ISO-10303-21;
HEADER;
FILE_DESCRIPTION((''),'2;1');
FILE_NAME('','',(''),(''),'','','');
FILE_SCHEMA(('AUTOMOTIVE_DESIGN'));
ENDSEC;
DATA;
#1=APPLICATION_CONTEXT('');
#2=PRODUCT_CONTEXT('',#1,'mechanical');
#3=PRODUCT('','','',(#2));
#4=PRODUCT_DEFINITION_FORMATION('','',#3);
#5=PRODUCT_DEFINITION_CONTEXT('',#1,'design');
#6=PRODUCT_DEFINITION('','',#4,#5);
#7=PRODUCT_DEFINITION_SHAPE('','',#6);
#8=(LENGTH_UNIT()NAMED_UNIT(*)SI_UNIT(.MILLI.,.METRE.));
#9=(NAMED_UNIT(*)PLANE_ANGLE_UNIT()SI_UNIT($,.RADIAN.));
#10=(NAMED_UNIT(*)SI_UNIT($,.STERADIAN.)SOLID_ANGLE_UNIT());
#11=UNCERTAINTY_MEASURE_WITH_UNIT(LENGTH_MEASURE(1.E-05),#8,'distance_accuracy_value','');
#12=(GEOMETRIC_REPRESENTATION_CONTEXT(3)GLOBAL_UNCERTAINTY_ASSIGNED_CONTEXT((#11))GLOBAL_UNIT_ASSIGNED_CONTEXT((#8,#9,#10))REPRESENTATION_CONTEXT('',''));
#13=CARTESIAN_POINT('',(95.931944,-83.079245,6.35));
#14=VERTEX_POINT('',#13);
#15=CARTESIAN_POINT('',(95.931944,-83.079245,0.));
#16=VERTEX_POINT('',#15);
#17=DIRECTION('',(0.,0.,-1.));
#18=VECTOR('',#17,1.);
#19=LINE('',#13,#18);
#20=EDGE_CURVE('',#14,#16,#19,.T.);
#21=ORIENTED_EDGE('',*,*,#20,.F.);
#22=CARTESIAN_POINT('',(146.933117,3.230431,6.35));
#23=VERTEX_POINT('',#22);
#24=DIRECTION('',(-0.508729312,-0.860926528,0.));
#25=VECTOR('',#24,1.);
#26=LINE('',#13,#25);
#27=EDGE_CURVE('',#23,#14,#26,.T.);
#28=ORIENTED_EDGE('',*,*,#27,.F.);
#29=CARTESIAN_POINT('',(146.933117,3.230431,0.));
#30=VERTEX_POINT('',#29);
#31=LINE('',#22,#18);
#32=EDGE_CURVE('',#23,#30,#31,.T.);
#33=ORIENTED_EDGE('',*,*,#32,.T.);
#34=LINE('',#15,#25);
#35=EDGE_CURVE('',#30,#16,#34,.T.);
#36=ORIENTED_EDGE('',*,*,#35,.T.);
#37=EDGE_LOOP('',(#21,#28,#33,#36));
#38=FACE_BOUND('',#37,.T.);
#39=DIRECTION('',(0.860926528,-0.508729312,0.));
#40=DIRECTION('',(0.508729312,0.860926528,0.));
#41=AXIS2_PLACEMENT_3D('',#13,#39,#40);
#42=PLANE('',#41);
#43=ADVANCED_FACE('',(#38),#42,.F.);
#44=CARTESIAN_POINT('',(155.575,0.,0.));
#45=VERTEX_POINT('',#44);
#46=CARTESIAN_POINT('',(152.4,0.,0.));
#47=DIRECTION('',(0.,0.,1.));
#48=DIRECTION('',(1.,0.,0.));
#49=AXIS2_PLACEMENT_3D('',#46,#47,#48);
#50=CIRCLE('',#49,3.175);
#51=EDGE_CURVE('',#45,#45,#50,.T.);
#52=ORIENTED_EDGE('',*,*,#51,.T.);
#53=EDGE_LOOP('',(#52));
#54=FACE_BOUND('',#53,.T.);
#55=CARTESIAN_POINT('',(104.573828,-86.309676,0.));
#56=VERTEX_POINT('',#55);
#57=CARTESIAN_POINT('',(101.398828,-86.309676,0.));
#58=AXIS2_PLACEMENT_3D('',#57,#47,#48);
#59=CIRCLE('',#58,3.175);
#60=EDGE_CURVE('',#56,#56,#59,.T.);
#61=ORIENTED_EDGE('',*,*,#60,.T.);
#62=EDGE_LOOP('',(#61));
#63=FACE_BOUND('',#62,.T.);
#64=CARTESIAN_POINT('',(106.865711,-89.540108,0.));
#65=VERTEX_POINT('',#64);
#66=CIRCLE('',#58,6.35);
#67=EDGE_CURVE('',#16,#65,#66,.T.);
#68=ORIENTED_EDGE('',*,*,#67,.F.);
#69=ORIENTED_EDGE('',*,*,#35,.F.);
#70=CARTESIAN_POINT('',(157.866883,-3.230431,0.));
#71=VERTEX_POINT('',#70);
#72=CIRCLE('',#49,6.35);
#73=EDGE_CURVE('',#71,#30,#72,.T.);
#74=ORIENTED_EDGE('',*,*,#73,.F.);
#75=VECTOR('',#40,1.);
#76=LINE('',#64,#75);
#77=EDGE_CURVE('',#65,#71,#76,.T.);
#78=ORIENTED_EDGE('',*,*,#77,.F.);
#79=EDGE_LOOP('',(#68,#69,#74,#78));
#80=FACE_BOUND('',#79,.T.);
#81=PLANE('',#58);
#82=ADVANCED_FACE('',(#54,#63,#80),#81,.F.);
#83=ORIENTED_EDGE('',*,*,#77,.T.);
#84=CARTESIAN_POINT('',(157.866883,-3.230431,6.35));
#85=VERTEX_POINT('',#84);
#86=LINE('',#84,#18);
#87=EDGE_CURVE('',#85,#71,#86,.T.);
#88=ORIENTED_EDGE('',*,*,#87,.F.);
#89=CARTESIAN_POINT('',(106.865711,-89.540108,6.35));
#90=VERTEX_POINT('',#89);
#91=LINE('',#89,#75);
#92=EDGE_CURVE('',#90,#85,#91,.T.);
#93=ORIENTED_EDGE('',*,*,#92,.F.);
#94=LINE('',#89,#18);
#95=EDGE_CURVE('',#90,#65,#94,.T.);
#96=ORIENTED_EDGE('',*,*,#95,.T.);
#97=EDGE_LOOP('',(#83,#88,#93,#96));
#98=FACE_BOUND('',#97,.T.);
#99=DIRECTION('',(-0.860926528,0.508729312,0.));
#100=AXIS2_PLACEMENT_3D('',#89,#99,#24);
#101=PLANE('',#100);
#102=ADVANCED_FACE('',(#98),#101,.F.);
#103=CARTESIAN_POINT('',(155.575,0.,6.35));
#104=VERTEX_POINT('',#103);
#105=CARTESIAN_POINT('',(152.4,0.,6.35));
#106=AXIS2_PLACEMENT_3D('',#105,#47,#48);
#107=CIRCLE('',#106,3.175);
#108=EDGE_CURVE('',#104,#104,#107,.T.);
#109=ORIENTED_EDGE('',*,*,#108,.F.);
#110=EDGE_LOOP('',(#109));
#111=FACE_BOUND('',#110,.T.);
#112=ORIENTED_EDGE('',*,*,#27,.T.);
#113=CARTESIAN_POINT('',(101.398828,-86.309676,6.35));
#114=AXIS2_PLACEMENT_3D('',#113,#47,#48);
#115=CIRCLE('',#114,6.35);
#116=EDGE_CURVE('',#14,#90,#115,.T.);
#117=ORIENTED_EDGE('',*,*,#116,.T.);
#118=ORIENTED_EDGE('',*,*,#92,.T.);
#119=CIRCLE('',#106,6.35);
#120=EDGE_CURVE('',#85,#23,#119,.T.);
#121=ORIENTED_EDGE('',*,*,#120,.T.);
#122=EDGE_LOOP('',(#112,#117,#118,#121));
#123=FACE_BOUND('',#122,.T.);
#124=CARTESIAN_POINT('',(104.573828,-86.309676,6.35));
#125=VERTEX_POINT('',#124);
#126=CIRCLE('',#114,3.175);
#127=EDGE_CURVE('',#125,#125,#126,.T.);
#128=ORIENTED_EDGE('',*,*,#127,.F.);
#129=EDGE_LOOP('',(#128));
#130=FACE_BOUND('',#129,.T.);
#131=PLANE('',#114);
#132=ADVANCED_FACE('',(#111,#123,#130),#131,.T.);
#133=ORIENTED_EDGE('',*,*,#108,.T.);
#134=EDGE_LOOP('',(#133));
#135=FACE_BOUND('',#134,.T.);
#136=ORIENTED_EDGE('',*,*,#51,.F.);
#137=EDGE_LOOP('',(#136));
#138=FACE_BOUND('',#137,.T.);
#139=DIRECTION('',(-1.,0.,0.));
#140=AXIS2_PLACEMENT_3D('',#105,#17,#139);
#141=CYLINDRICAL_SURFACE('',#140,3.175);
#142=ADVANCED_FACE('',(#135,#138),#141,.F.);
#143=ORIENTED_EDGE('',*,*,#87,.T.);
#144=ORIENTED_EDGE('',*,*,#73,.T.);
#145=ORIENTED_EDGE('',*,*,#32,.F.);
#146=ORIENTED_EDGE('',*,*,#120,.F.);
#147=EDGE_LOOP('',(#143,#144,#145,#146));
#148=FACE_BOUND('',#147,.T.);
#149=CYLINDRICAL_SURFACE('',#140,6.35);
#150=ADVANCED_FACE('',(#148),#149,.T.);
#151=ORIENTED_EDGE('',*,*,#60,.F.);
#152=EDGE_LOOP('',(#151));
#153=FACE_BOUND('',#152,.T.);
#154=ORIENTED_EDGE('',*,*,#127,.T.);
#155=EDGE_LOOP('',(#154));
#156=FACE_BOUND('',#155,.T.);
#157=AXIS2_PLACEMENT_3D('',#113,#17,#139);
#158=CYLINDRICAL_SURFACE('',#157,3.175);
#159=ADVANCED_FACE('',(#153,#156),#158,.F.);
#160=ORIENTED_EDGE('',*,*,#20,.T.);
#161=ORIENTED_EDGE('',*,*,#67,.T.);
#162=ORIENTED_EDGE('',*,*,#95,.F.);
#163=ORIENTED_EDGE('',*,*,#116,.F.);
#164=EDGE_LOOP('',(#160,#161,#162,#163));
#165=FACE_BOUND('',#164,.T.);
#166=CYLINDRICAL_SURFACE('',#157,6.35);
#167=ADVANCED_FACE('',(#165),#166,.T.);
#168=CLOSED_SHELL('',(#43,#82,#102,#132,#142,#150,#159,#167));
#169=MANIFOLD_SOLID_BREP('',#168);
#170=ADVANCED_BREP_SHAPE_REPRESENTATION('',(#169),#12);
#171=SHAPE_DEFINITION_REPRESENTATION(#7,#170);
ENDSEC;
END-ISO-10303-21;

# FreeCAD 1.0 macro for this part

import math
import FreeCAD as App
import Part
import Sketcher
Q = App.Units.Quantity

doc = App.newDocument("Part")
body = doc.addObject("PartDesign::Body", "Body")

# Sketch on XY plane
sketch1 = doc.addObject("Sketcher::SketchObject", "Sketch")
body.addObject(sketch1)
sketch1.AttachmentSupport = (doc.XY_Plane, [""])
sketch1.MapMode = "FlatFace"
sketch1.addGeometry(Part.LineSegment(App.Vector(146.9, 3.2, 0), App.Vector(95.9, -83.1, 0)), False)
sketch1.addGeometry(Part.ArcOfCircle(Part.Circle(App.Vector(101.4, -86.3, 0), App.Vector(0, 0, 1), 6.3), math.radians(149), math.radians(329)), False)
sketch1.addGeometry(Part.LineSegment(App.Vector(106.9, -89.5, 0), App.Vector(157.9, -3.2, 0)), False)
sketch1.addGeometry(Part.ArcOfCircle(Part.Circle(App.Vector(152.4, 0, 0), App.Vector(0, 0, 1), 6.3), math.radians(-31), math.radians(149)), False)
sketch1.addGeometry(Part.Circle(App.Vector(101.4, -86.3, 0), App.Vector(0, 0, 1), 3.2), False)
sketch1.addGeometry(Part.Circle(App.Vector(152.4, 0, 0), App.Vector(0, 0, 1), 3.2), False)
sketch1.addConstraint(Sketcher.Constraint("Tangent", 0, 2, 1, 1))
sketch1.addConstraint(Sketcher.Constraint("Tangent", 1, 2, 2, 1))
sketch1.addConstraint(Sketcher.Constraint("Tangent", 2, 2, 3, 1))
sketch1.addConstraint(Sketcher.Constraint("Tangent", 3, 2, 0, 1))
sketch1.addConstraint(Sketcher.Constraint("Coincident", 4, 3, 1, 3))
sketch1.addConstraint(Sketcher.Constraint("Coincident", 5, 3, 3, 3))
sketch1.addConstraint(Sketcher.Constraint("Equal", 1, 3))
sketch1.addConstraint(Sketcher.Constraint("Equal", 4, 5))
sketch1.addConstraint(Sketcher.Constraint("PointOnObject", 3, 3, -1))
sketch1.addConstraint(Sketcher.Constraint("Diameter", 4, Q("0.25 in")))
sketch1.addConstraint(Sketcher.Constraint("Radius", 1, Q("0.25 in")))
sketch1.addConstraint(Sketcher.Constraint("DistanceX", -1, 1, 3, 3, Q("6 in")))
sketch1.addConstraint(Sketcher.Constraint("Distance", 0, 100.252081))
sketch1.addConstraint(Sketcher.Constraint("DistanceX", -1, 1, 1, 2, 106.865711))
pad1 = doc.addObject("PartDesign::Pad", "Pad")
body.addObject(pad1)
pad1.Profile = sketch1
pad1.Length = Q("0.25 in")

doc.recompute()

* _Goal of the exercise_:
Give only the lines from the one holding "#110=EDGE_LOOP('',(#109));" through the one holding "#157=AXIS2_PLACEMENT_3D('',#113,#17,#139);", each restated exactly as it appears above.

* _Output of the exercise_:
#110=EDGE_LOOP('',(#109));
#111=FACE_BOUND('',#110,.T.);
#112=ORIENTED_EDGE('',*,*,#27,.T.);
#113=CARTESIAN_POINT('',(101.398828,-86.309676,6.35));
#114=AXIS2_PLACEMENT_3D('',#113,#47,#48);
#115=CIRCLE('',#114,6.35);
#116=EDGE_CURVE('',#14,#90,#115,.T.);
#117=ORIENTED_EDGE('',*,*,#116,.T.);
#118=ORIENTED_EDGE('',*,*,#92,.T.);
#119=CIRCLE('',#106,6.35);
#120=EDGE_CURVE('',#85,#23,#119,.T.);
#121=ORIENTED_EDGE('',*,*,#120,.T.);
#122=EDGE_LOOP('',(#112,#117,#118,#121));
#123=FACE_BOUND('',#122,.T.);
#124=CARTESIAN_POINT('',(104.573828,-86.309676,6.35));
#125=VERTEX_POINT('',#124);
#126=CIRCLE('',#114,3.175);
#127=EDGE_CURVE('',#125,#125,#126,.T.);
#128=ORIENTED_EDGE('',*,*,#127,.F.);
#129=EDGE_LOOP('',(#128));
#130=FACE_BOUND('',#129,.T.);
#131=PLANE('',#114);
#132=ADVANCED_FACE('',(#111,#123,#130),#131,.T.);
#133=ORIENTED_EDGE('',*,*,#108,.T.);
#134=EDGE_LOOP('',(#133));
#135=FACE_BOUND('',#134,.T.);
#136=ORIENTED_EDGE('',*,*,#51,.F.);
#137=EDGE_LOOP('',(#136));
#138=FACE_BOUND('',#137,.T.);
#139=DIRECTION('',(-1.,0.,0.));
#140=AXIS2_PLACEMENT_3D('',#105,#17,#139);
#141=CYLINDRICAL_SURFACE('',#140,3.175);
#142=ADVANCED_FACE('',(#135,#138),#141,.F.);
#143=ORIENTED_EDGE('',*,*,#87,.T.);
#144=ORIENTED_EDGE('',*,*,#73,.T.);
#145=ORIENTED_EDGE('',*,*,#32,.F.);
#146=ORIENTED_EDGE('',*,*,#120,.F.);
#147=EDGE_LOOP('',(#143,#144,#145,#146));
#148=FACE_BOUND('',#147,.T.);
#149=CYLINDRICAL_SURFACE('',#140,6.35);
#150=ADVANCED_FACE('',(#148),#149,.T.);
#151=ORIENTED_EDGE('',*,*,#60,.F.);
#152=EDGE_LOOP('',(#151));
#153=FACE_BOUND('',#152,.T.);
#154=ORIENTED_EDGE('',*,*,#127,.T.);
#155=EDGE_LOOP('',(#154));
#156=FACE_BOUND('',#155,.T.);
#157=AXIS2_PLACEMENT_3D('',#113,#17,#139);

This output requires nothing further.